◆ **Exercise prompt**: Scan the data, and whenever a line contains "CONE", copy it.

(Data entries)
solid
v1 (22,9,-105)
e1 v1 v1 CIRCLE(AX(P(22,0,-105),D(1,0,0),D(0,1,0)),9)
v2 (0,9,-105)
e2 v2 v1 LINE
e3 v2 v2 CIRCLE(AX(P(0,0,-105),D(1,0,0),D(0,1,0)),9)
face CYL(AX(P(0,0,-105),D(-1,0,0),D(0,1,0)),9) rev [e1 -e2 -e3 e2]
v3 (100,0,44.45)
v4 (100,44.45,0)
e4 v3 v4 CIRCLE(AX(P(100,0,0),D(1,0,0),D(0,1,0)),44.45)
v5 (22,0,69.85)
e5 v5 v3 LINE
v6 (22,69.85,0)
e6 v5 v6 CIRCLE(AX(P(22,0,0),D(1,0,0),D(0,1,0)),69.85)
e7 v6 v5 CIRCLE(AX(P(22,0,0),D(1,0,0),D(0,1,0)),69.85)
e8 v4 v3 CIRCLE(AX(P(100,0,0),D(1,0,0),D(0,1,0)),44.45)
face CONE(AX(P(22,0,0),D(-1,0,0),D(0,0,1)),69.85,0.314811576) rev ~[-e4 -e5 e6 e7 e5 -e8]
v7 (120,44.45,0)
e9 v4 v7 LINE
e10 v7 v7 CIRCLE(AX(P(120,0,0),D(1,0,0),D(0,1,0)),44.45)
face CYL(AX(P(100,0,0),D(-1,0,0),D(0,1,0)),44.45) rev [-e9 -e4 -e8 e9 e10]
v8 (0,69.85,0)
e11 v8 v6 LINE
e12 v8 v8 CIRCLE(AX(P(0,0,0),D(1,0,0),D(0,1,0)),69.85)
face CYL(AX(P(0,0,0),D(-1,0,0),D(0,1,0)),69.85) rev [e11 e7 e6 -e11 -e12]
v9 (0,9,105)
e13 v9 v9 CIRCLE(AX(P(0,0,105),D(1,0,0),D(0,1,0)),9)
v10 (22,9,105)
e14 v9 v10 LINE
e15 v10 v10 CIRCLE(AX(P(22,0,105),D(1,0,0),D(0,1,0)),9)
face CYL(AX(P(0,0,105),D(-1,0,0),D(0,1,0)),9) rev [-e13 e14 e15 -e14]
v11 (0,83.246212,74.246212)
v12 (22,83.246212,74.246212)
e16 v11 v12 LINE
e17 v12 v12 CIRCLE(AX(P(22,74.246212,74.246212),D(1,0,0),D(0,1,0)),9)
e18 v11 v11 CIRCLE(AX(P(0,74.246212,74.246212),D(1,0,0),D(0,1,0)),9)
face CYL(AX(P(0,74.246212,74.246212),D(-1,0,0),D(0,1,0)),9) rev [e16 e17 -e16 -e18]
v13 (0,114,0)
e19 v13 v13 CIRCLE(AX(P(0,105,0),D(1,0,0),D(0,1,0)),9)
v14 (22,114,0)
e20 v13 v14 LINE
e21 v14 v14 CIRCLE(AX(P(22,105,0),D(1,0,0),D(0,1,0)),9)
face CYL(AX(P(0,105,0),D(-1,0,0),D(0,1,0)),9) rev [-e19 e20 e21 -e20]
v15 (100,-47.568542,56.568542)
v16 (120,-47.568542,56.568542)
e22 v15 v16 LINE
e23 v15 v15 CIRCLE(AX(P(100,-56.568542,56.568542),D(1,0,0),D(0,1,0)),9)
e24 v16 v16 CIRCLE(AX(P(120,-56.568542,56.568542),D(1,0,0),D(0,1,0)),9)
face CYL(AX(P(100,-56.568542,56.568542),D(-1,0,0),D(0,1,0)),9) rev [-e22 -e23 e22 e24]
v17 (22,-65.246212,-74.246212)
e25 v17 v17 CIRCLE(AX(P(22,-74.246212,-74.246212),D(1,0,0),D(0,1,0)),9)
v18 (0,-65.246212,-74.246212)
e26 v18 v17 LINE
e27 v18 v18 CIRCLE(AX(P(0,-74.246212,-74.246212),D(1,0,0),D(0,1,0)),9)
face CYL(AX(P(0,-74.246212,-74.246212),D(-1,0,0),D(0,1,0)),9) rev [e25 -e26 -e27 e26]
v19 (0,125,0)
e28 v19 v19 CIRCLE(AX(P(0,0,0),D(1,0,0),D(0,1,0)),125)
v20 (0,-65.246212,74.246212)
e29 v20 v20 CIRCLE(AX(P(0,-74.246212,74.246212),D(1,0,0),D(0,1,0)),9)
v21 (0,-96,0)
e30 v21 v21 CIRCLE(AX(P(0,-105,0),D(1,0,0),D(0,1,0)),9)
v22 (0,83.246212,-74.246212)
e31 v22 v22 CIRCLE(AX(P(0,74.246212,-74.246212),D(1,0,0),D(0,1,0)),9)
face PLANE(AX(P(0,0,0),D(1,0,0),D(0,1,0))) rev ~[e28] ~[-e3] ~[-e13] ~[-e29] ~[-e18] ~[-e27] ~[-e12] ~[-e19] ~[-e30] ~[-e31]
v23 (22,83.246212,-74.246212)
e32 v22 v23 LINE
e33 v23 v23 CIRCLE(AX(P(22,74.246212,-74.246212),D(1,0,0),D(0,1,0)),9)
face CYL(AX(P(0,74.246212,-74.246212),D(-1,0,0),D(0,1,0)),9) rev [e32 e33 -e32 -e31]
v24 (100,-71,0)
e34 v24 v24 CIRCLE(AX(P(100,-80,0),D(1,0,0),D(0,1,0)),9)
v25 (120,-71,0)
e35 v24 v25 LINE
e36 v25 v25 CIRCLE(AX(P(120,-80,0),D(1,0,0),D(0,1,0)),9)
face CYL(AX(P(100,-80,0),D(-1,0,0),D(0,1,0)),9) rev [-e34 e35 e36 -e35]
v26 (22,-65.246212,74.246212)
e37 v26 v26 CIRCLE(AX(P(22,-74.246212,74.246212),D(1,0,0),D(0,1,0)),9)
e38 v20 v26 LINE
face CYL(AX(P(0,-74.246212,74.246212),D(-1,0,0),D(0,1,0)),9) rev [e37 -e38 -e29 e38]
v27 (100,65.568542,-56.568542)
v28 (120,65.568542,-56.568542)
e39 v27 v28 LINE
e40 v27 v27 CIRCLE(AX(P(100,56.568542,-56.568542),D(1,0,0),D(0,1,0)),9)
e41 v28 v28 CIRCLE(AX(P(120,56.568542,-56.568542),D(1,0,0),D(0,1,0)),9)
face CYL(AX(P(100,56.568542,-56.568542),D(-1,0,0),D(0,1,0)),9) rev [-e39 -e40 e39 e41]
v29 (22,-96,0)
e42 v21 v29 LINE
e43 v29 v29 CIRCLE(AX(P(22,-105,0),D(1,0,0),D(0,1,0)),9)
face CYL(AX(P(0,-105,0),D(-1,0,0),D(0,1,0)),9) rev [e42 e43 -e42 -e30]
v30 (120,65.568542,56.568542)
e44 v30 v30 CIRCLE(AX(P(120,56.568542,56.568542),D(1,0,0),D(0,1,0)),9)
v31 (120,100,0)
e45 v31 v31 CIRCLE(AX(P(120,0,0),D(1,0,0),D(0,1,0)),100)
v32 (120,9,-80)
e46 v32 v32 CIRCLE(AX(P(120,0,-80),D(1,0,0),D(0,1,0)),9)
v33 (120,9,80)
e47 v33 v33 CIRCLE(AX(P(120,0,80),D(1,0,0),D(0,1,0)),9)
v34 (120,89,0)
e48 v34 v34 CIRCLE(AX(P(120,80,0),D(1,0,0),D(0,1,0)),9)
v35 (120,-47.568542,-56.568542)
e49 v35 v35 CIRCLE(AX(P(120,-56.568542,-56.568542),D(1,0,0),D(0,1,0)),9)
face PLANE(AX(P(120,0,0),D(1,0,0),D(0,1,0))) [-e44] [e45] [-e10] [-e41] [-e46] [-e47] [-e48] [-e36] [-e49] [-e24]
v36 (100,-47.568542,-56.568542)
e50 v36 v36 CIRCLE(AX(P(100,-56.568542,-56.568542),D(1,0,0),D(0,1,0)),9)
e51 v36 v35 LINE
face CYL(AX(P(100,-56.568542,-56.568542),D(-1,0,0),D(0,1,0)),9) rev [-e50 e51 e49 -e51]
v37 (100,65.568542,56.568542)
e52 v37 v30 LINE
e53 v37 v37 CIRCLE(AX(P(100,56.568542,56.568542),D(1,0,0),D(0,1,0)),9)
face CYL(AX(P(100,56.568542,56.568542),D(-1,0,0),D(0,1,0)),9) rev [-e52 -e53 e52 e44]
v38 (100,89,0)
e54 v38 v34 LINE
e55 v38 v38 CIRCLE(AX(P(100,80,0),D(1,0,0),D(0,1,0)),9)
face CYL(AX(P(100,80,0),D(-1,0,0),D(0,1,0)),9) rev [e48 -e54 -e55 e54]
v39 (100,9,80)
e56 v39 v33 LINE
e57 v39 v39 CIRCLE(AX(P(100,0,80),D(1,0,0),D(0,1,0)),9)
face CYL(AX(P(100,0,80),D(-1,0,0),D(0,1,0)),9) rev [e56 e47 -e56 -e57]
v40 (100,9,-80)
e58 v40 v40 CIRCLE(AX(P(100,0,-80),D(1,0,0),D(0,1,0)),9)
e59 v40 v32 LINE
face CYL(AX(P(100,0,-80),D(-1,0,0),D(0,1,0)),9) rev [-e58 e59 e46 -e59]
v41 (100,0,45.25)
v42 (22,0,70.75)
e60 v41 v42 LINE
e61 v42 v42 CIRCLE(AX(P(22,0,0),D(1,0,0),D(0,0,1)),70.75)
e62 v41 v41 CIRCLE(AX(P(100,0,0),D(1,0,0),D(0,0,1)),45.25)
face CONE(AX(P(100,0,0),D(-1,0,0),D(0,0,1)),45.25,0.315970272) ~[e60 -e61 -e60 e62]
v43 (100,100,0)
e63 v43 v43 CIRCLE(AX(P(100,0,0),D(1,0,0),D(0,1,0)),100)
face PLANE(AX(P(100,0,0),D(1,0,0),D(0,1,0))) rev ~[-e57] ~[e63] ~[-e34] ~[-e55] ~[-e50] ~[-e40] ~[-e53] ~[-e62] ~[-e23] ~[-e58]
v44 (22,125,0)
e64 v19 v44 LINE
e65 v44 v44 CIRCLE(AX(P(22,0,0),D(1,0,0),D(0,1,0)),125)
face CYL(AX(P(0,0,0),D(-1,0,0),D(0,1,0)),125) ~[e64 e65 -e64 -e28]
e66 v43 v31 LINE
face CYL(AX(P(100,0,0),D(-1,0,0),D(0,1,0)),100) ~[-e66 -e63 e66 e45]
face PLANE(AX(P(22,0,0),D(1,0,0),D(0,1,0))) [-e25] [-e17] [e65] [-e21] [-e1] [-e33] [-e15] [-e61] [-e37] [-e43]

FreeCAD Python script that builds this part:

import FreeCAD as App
import Part
import Sketcher
from FreeCAD import Vector

doc = App.newDocument("Part")
body = doc.addObject("PartDesign::Body", "Body")

# Sketch on YZ plane
sketch1 = body.newObject("Sketcher::SketchObject", "Sketch")
sketch1.AttachmentSupport = (doc.getObject("YZ_Plane"), [""])
sketch1.MapMode = "FlatFace"
sketch1.addGeometry([
    Part.Circle(Vector(0, 0, 0), Vector(0, 0, 1), 125),  # 0
    Part.Circle(Vector(-74.246212, -74.246212, 0), Vector(0, 0, 1), 9),  # 1
    Part.Circle(Vector(0, -105, 0), Vector(0, 0, 1), 9),  # 2
    Part.Circle(Vector(74.246212, -74.246212, 0), Vector(0, 0, 1), 9),  # 3
    Part.Circle(Vector(-105, 0, 0), Vector(0, 0, 1), 9),  # 4
    Part.Circle(Vector(-74.246212, 74.246212, 0), Vector(0, 0, 1), 9),  # 5
    Part.Circle(Vector(0, 0, 0), Vector(0, 0, 1), 69.85),  # 6
    Part.Circle(Vector(105, 0, 0), Vector(0, 0, 1), 9),  # 7
    Part.Circle(Vector(0, 105, 0), Vector(0, 0, 1), 9),  # 8
    Part.Circle(Vector(74.246212, 74.246212, 0), Vector(0, 0, 1), 9),  # 9
], False)
sketch1.addConstraint([
    Sketcher.Constraint("Coincident", 0, 3, -1, 1),
    Sketcher.Constraint("Coincident", 6, 3, -1, 1),
    Sketcher.Constraint("Equal", 1, 2),
    Sketcher.Constraint("Equal", 2, 3),
    Sketcher.Constraint("Equal", 3, 4),
    Sketcher.Constraint("Equal", 4, 5),
    Sketcher.Constraint("Equal", 5, 7),
    Sketcher.Constraint("Equal", 7, 8),
    Sketcher.Constraint("Equal", 8, 9),
    Sketcher.Constraint("Symmetric", 3, 3, 5, 3, -1, 1),
    Sketcher.Constraint("Symmetric", 4, 3, 7, 3, -1, 1),
    Sketcher.Constraint("Symmetric", 2, 3, 8, 3, -1, 1),
    Sketcher.Constraint("Symmetric", 1, 3, 9, 3, -1, 1),
    Sketcher.Constraint("Symmetric", 1, 3, 3, 3, -2),
    Sketcher.Constraint("PointOnObject", 2, 3, -2),
    Sketcher.Constraint("PointOnObject", 4, 3, -1),
    Sketcher.Constraint("Diameter", 0, 250.0),
    Sketcher.Constraint("Diameter", 1, 18.0),
    Sketcher.Constraint("Diameter", 6, 139.7),
    Sketcher.Constraint("DistanceY", 2, 3, -1, 1, 105.0),
    Sketcher.Constraint("DistanceX", 4, 3, -1, 1, 105.0),
    Sketcher.Constraint("DistanceX", 1, 3, -1, 1, 74.246212),
    Sketcher.Constraint("DistanceY", 1, 3, -1, 1, 74.246212),
])
pad1 = body.newObject("PartDesign::Pad", "Pad")
pad1.Profile = sketch1
pad1.Length = 22
body2 = doc.addObject("PartDesign::Body", "Body001")

# Sketch on YZ plane
sketch2 = body2.newObject("Sketcher::SketchObject", "Sketch001")
sketch2.AttachmentSupport = (doc.getObject("YZ_Plane001"), [""])
sketch2.MapMode = "FlatFace"
sketch2.AttachmentOffset = App.Placement(Vector(0, 0, 100), App.Rotation())
sketch2.addGeometry([
    Part.Circle(Vector(0, 0, 0), Vector(0, 0, 1), 100),  # 0
    Part.Circle(Vector(-56.568542, -56.568542, 0), Vector(0, 0, 1), 9),  # 1
    Part.Circle(Vector(0, -80, 0), Vector(0, 0, 1), 9),  # 2
    Part.Circle(Vector(56.568542, -56.568542, 0), Vector(0, 0, 1), 9),  # 3
    Part.Circle(Vector(-80, 0, 0), Vector(0, 0, 1), 9),  # 4
    Part.Circle(Vector(-56.568542, 56.568542, 0), Vector(0, 0, 1), 9),  # 5
    Part.Circle(Vector(0, 0, 0), Vector(0, 0, 1), 44.45),  # 6
    Part.Circle(Vector(80, 0, 0), Vector(0, 0, 1), 9),  # 7
    Part.Circle(Vector(0, 80, 0), Vector(0, 0, 1), 9),  # 8
    Part.Circle(Vector(56.568542, 56.568542, 0), Vector(0, 0, 1), 9),  # 9
], False)
sketch2.addConstraint([
    Sketcher.Constraint("Coincident", 0, 3, -1, 1),
    Sketcher.Constraint("Coincident", 6, 3, -1, 1),
    Sketcher.Constraint("Equal", 1, 2),
    Sketcher.Constraint("Equal", 2, 3),
    Sketcher.Constraint("Equal", 3, 4),
    Sketcher.Constraint("Equal", 4, 5),
    Sketcher.Constraint("Equal", 5, 7),
    Sketcher.Constraint("Equal", 7, 8),
    Sketcher.Constraint("Equal", 8, 9),
    Sketcher.Constraint("Symmetric", 3, 3, 5, 3, -1, 1),
    Sketcher.Constraint("Symmetric", 4, 3, 7, 3, -1, 1),
    Sketcher.Constraint("Symmetric", 2, 3, 8, 3, -1, 1),
    Sketcher.Constraint("Symmetric", 1, 3, 9, 3, -1, 1),
    Sketcher.Constraint("Symmetric", 1, 3, 3, 3, -2),
    Sketcher.Constraint("PointOnObject", 2, 3, -2),
    Sketcher.Constraint("PointOnObject", 4, 3, -1),
    Sketcher.Constraint("Diameter", 0, 200.0),
    Sketcher.Constraint("Diameter", 1, 18.0),
    Sketcher.Constraint("Diameter", 6, 88.9),
    Sketcher.Constraint("DistanceY", 2, 3, -1, 1, 80.0),
    Sketcher.Constraint("DistanceX", 4, 3, -1, 1, 80.0),
    Sketcher.Constraint("DistanceX", 4, 3, 3, 3, 136.568542),
    Sketcher.Constraint("DistanceY", 2, 3, 5, 3, 136.568542),
])
pad2 = body2.newObject("PartDesign::Pad", "Pad001")
pad2.Profile = sketch2
pad2.Length = 20
body.AllowCompound = True
doc.recompute()

boolean = body.newObject("PartDesign::Boolean", "Boolean")
boolean.Type = "Fuse"
boolean.addObjects([body2])

# Sketch on XZ plane
sketch3 = body.newObject("Sketcher::SketchObject", "Sketch002")
sketch3.AttachmentSupport = (doc.getObject("XZ_Plane"), [""])
sketch3.MapMode = "FlatFace"
sketch3.addGeometry([
    Part.LineSegment(Vector(100, 45.25, 0), Vector(22, 70.75, 0)),
    Part.LineSegment(Vector(22, 70.75, 0), Vector(22, 69.85, 0)),
    Part.LineSegment(Vector(22, 69.85, 0), Vector(100, 44.45, 0)),
    Part.LineSegment(Vector(100, 44.45, 0), Vector(100, 45.25, 0)),
], False)
sketch3.addConstraint([
    Sketcher.Constraint("Coincident", 0, 2, 1, 1),
    Sketcher.Constraint("Coincident", 1, 2, 2, 1),
    Sketcher.Constraint("Coincident", 2, 2, 3, 1),
    Sketcher.Constraint("Coincident", 3, 2, 0, 1),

◆ **Result for this task**:
face CONE(AX(P(22,0,0),D(-1,0,0),D(0,0,1)),69.85,0.314811576) rev ~[-e4 -e5 e6 e7 e5 -e8]
face CONE(AX(P(100,0,0),D(-1,0,0),D(0,0,1)),45.25,0.315970272) ~[e60 -e61 -e60 e62]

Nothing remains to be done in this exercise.